Car crashes in the United States are the cause of nearly 40,000 fatalities a year out of a total of about 1.25 million fatalities worldwide, and Toyota has taken it upon itself to try and reduce that number to zero. That's not going to be easy by any standards, but the plans have been set in motion already. Gill Pratt, TRI CEO and Chief Scientist at Toyota Motor Corporation, explains.

“The reality is that every driver has vulnerabilities, and to avoid a crash, drivers often need to make maneuvers that are beyond their abilities. Through this project, TRI will learn from some of the most skilled drivers in the world to develop sophisticated control algorithms that amplify human driving abilities and keep people safe. This is the essence of the Toyota Guardian approach.”

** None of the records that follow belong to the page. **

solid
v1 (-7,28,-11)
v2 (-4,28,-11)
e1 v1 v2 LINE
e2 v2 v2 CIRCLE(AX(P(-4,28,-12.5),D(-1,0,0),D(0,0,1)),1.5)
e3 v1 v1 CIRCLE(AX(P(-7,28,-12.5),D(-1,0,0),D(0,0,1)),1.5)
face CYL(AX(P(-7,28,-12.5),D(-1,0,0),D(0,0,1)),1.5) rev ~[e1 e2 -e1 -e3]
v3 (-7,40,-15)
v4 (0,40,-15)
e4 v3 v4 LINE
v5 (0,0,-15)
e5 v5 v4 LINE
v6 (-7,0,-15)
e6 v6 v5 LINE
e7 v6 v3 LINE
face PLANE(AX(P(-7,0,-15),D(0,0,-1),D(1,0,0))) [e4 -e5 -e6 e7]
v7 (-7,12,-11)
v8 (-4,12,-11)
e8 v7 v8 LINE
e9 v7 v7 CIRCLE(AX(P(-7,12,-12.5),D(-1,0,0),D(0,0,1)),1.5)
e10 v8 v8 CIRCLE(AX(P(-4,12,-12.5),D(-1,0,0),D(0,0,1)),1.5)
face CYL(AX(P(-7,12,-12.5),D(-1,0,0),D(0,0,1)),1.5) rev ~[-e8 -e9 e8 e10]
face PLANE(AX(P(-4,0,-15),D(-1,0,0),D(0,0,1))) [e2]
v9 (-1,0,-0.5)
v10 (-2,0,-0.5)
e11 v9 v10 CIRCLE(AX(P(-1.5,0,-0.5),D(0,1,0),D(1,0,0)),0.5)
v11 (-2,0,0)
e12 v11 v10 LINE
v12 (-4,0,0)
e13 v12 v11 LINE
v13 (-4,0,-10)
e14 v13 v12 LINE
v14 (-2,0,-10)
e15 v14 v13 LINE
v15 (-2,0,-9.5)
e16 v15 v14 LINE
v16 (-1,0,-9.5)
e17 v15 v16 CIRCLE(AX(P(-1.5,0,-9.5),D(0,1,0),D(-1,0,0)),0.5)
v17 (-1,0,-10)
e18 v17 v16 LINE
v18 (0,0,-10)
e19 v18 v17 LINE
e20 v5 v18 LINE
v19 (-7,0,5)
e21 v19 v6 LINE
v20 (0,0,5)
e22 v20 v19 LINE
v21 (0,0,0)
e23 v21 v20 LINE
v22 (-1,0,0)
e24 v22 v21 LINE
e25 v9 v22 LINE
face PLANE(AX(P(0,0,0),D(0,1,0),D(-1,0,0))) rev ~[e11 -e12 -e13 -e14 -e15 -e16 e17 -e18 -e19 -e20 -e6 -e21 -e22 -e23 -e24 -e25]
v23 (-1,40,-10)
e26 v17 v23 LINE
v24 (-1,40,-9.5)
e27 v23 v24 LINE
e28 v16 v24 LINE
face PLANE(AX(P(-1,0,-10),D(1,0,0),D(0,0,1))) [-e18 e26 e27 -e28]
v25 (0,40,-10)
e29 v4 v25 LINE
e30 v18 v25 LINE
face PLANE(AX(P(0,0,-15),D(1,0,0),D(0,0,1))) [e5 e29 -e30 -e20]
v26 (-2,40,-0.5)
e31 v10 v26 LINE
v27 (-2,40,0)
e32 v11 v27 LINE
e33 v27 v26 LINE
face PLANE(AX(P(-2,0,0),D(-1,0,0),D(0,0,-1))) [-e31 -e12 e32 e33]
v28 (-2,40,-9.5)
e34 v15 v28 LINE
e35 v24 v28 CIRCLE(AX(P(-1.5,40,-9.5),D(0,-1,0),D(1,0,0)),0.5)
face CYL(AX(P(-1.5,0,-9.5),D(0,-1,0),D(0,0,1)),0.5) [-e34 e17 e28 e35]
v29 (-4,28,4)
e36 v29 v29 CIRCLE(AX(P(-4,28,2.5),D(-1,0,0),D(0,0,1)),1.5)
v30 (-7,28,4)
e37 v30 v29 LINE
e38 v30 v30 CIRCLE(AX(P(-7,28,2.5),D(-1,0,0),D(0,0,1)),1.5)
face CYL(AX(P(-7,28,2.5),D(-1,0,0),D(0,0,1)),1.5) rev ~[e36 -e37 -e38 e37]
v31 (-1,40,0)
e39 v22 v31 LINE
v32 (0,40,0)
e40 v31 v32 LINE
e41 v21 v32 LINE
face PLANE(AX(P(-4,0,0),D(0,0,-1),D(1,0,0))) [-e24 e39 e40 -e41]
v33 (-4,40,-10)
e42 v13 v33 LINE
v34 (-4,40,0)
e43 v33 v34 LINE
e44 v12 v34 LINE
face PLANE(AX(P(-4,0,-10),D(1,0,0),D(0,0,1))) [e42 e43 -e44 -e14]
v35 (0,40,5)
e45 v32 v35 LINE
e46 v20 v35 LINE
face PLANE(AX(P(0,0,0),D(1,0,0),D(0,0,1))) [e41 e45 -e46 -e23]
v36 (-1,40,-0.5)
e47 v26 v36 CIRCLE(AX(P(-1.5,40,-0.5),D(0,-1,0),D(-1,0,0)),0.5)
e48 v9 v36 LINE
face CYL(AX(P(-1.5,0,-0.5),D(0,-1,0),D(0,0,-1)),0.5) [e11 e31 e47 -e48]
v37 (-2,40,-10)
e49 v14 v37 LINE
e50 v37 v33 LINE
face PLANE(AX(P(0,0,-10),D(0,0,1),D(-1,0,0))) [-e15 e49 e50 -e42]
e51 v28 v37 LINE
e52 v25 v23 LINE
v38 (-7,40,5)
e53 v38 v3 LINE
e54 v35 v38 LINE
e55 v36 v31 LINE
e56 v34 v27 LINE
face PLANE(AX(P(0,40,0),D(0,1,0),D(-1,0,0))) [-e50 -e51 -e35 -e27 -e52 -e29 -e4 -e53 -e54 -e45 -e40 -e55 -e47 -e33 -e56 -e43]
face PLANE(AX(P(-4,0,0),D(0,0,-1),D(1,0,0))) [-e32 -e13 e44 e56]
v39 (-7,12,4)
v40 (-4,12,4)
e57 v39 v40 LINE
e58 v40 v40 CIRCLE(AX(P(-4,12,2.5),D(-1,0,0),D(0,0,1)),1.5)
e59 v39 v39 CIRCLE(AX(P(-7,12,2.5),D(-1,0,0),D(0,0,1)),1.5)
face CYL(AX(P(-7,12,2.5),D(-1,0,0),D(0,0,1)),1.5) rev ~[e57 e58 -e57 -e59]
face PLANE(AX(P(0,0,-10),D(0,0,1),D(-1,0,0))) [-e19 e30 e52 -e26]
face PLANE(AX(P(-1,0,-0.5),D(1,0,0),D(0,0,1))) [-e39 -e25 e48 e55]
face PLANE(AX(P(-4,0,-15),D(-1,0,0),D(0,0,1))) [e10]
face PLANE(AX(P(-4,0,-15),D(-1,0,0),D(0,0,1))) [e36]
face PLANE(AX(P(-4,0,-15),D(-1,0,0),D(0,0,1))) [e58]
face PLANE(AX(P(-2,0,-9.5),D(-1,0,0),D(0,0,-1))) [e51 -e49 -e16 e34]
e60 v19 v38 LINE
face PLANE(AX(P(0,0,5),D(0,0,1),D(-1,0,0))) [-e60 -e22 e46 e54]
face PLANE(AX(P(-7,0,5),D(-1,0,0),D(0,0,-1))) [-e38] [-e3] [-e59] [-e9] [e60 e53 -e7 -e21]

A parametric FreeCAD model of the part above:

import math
import FreeCAD as App
import Part
import Sketcher
from FreeCAD import Vector

doc = App.newDocument("Part")
body = doc.addObject("PartDesign::Body", "Body")

# Sketch on XZ plane
sketch1 = body.newObject("Sketcher::SketchObject", "Sketch")
sketch1.AttachmentSupport = (doc.getObject("XZ_Plane"), [""])
sketch1.MapMode = "FlatFace"
sketch1.addGeometry([
    Part.LineSegment(Vector(0, 5, 0), Vector(0, 0, 0)),  # 0
    Part.LineSegment(Vector(0, 0, 0), Vector(-4, 0, 0)),  # 1
    Part.LineSegment(Vector(-4, 0, 0), Vector(-4, -10, 0)),  # 2
    Part.LineSegment(Vector(-4, -10, 0), Vector(0, -10, 0)),  # 3
    Part.LineSegment(Vector(0, -10, 0), Vector(0, -15, 0)),  # 4
    Part.LineSegment(Vector(0, -15, 0), Vector(-7, -15, 0)),  # 5
    Part.LineSegment(Vector(-7, -15, 0), Vector(-7, 5, 0)),  # 6
    Part.LineSegment(Vector(-7, 5, 0), Vector(0, 5, 0)),  # 7
], False)
sketch1.addConstraint([
    Sketcher.Constraint("Coincident", 0, 2, 1, 1),
    Sketcher.Constraint("Coincident", 1, 2, 2, 1),
    Sketcher.Constraint("Coincident", 2, 2, 3, 1),
    Sketcher.Constraint("Coincident", 3, 2, 4, 1),
    Sketcher.Constraint("Coincident", 4, 2, 5, 1),
    Sketcher.Constraint("Coincident", 5, 2, 6, 1),
    Sketcher.Constraint("Coincident", 6, 2, 7, 1),
    Sketcher.Constraint("Coincident", 7, 2, 0, 1),
    Sketcher.Constraint("Vertical", 0),
    Sketcher.Constraint("Horizontal", 1),
    Sketcher.Constraint("Vertical", 2),
    Sketcher.Constraint("Horizontal", 3),
    Sketcher.Constraint("Vertical", 4),
    Sketcher.Constraint("Horizontal", 5),
    Sketcher.Constraint("Vertical", 6),
    Sketcher.Constraint("Horizontal", 7),
    Sketcher.Constraint("Coincident", 0, 2, -1, 1),
    Sketcher.Constraint("PointOnObject", 3, 2, -2),
    Sketcher.Constraint("Equal", 0, 4),
    Sketcher.Constraint("DistanceX", 1, 2, 1, 1, 4.0),
    Sketcher.Constraint("DistanceX", 5, 2, 5, 1, 7.0),
    Sketcher.Constraint("DistanceY", 0, 2, 0, 1, 5.0),
    Sketcher.Constraint("DistanceY", 2, 2, 2, 1, 10.0),
])
pad1 = body.newObject("PartDesign::Pad", "Pad")
pad1.Profile = sketch1
pad1.Length = 40
pad1.Reversed = True

# Sketch on XZ plane
sketch2 = body.newObject("Sketcher::SketchObject", "Sketch001")
sketch2.AttachmentSupport = (doc.getObject("XZ_Plane"), [""])
sketch2.MapMode = "FlatFace"
sketch2.addGeometry([
    Part.LineSegment(Vector(-2, -10, 0), Vector(-1, -10, 0)),  # 0
    Part.LineSegment(Vector(-1, -10, 0), Vector(-1, -9.5, 0)),  # 1
    Part.ArcOfCircle(Part.Circle(Vector(-1.5, -9.5, 0), Vector(0, 0, 1), 0.5), math.radians(0), math.radians(180)),  # 2
    Part.LineSegment(Vector(-2, -9.5, 0), Vector(-2, -10, 0)),  # 3
    Part.ArcOfCircle(Part.Circle(Vector(-1.5, -0.5, 0), Vector(0, 0, 1), 0.5), math.radians(180), math.radians(360)),  # 4
    Part.LineSegment(Vector(-1, -0.5, 0), Vector(-1, 0, 0)),  # 5
    Part.LineSegment(Vector(-1, 0, 0), Vector(-2, 0, 0)),  # 6
    Part.LineSegment(Vector(-2, 0, 0), Vector(-2, -0.5, 0)),  # 7
], False)
sketch2.addConstraint([
    Sketcher.Constraint("Coincident", 0, 2, 1, 1),
    Sketcher.Constraint("Tangent", 1, 2, 2, 1),
    Sketcher.Constraint("Tangent", 2, 2, 3, 1),
    Sketcher.Constraint("Coincident", 3, 2, 0, 1),
    Sketcher.Constraint("Tangent", 4, 2, 5, 1),
    Sketcher.Constraint("Coincident", 5, 2, 6, 1),
    Sketcher.Constraint("Coincident", 6, 2, 7, 1),
    Sketcher.Constraint("Tangent", 7, 2, 4, 1),
    Sketcher.Constraint("Horizontal", 0),
    Sketcher.Constraint("Vertical", 1),
    Sketcher.Constraint("Vertical", 3),
    Sketcher.Constraint("Vertical", 5),
    Sketcher.Constraint("Horizontal", 6),
    Sketcher.Constraint("Vertical", 7),
    Sketcher.Constraint("Equal", 2, 4),
    Sketcher.Constraint("PointOnObject", 5, 2, -1),
    Sketcher.Constraint("Vertical", 2, 3, 4, 3),
    Sketcher.Constraint("Equal", 3, 5),
    Sketcher.Constraint("Radius", 2, 0.5),
    Sketcher.Constraint("DistanceY", 1, 1, 1, 2, 0.5),
    Sketcher.Constraint("DistanceX", 0, 2, -1, 1, 1.0),
    Sketcher.Constraint("DistanceY", 0, 2, -1, 1, 10.0),
])
pad2 = body.newObject("PartDesign::Pad", "Pad001")
pad2.Profile = sketch2
pad2.Length = 40
pad2.Reversed = True

# Sketch on YZ plane
sketch3 = body.newObject("Sketcher::SketchObject", "Sketch002")
sketch3.AttachmentSupport = (doc.getObject("YZ_Plane"), [""])
sketch3.MapMode = "FlatFace"
sketch3.AttachmentOffset = App.Placement(Vector(0, 0, -7), App.Rotation())
sketch3.addGeometry([
    Part.Circle(Vector(12, -12.5, 0), Vector(0, 0, 1), 1.5),
    Part.Circle(Vector(28, -12.5, 0), Vector(0, 0, 1), 1.5),
    Part.Circle(Vector(12, 2.5, 0), Vector(0, 0, 1), 1.5),
    Part.Circle(Vector(28, 2.5, 0), Vector(0, 0, 1), 1.5),
], False)
sketch3.addConstraint([
    Sketcher.Constraint("Equal", 0, 1),
    Sketcher.Constraint("Equal", 1, 2),
    Sketcher.Constraint("Equal", 2, 3),
    Sketcher.Constraint("Horizontal", 0, 3, 1, 3),
    Sketcher.Constraint("Horizontal", 2, 3, 3, 3),
    Sketcher.Constraint("Vertical", 0, 3, 2, 3),
    Sketcher.Constraint("Vertical", 1, 3, 3, 3),
    Sketcher.Constraint("Diameter", 0, 3.0),
    Sketcher.Constraint("DistanceX", -1, 1, 0, 3, 12.0),
    Sketcher.Constraint("DistanceX", 0, 3, 1, 3, 16.0),
    Sketcher.Constraint("DistanceY", 0, 3, 2, 3, 15.0),
    Sketcher.Constraint("DistanceY", -1, 1, 2, 3, 2.5),
])
pocket1 = body.newObject("PartDesign::Pocket", "Pocket")
pocket1.Profile = sketch3
pocket1.Length = 3
pocket1.Reversed = True

doc.recompute()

The video shows us a Rocket Bunny widebody kit Toyota Supra drifting in a closed course, under the supervision of a professional driver, but without any human inputs. We can see the vehicle changing gears, countersteering, and accelerating to maintain the sideways motion. We're confident that the results should considerably improve safety when driving on public roads, but we're also curious to see if we'll ever witness a drift battle between two fully autonomous vehicles.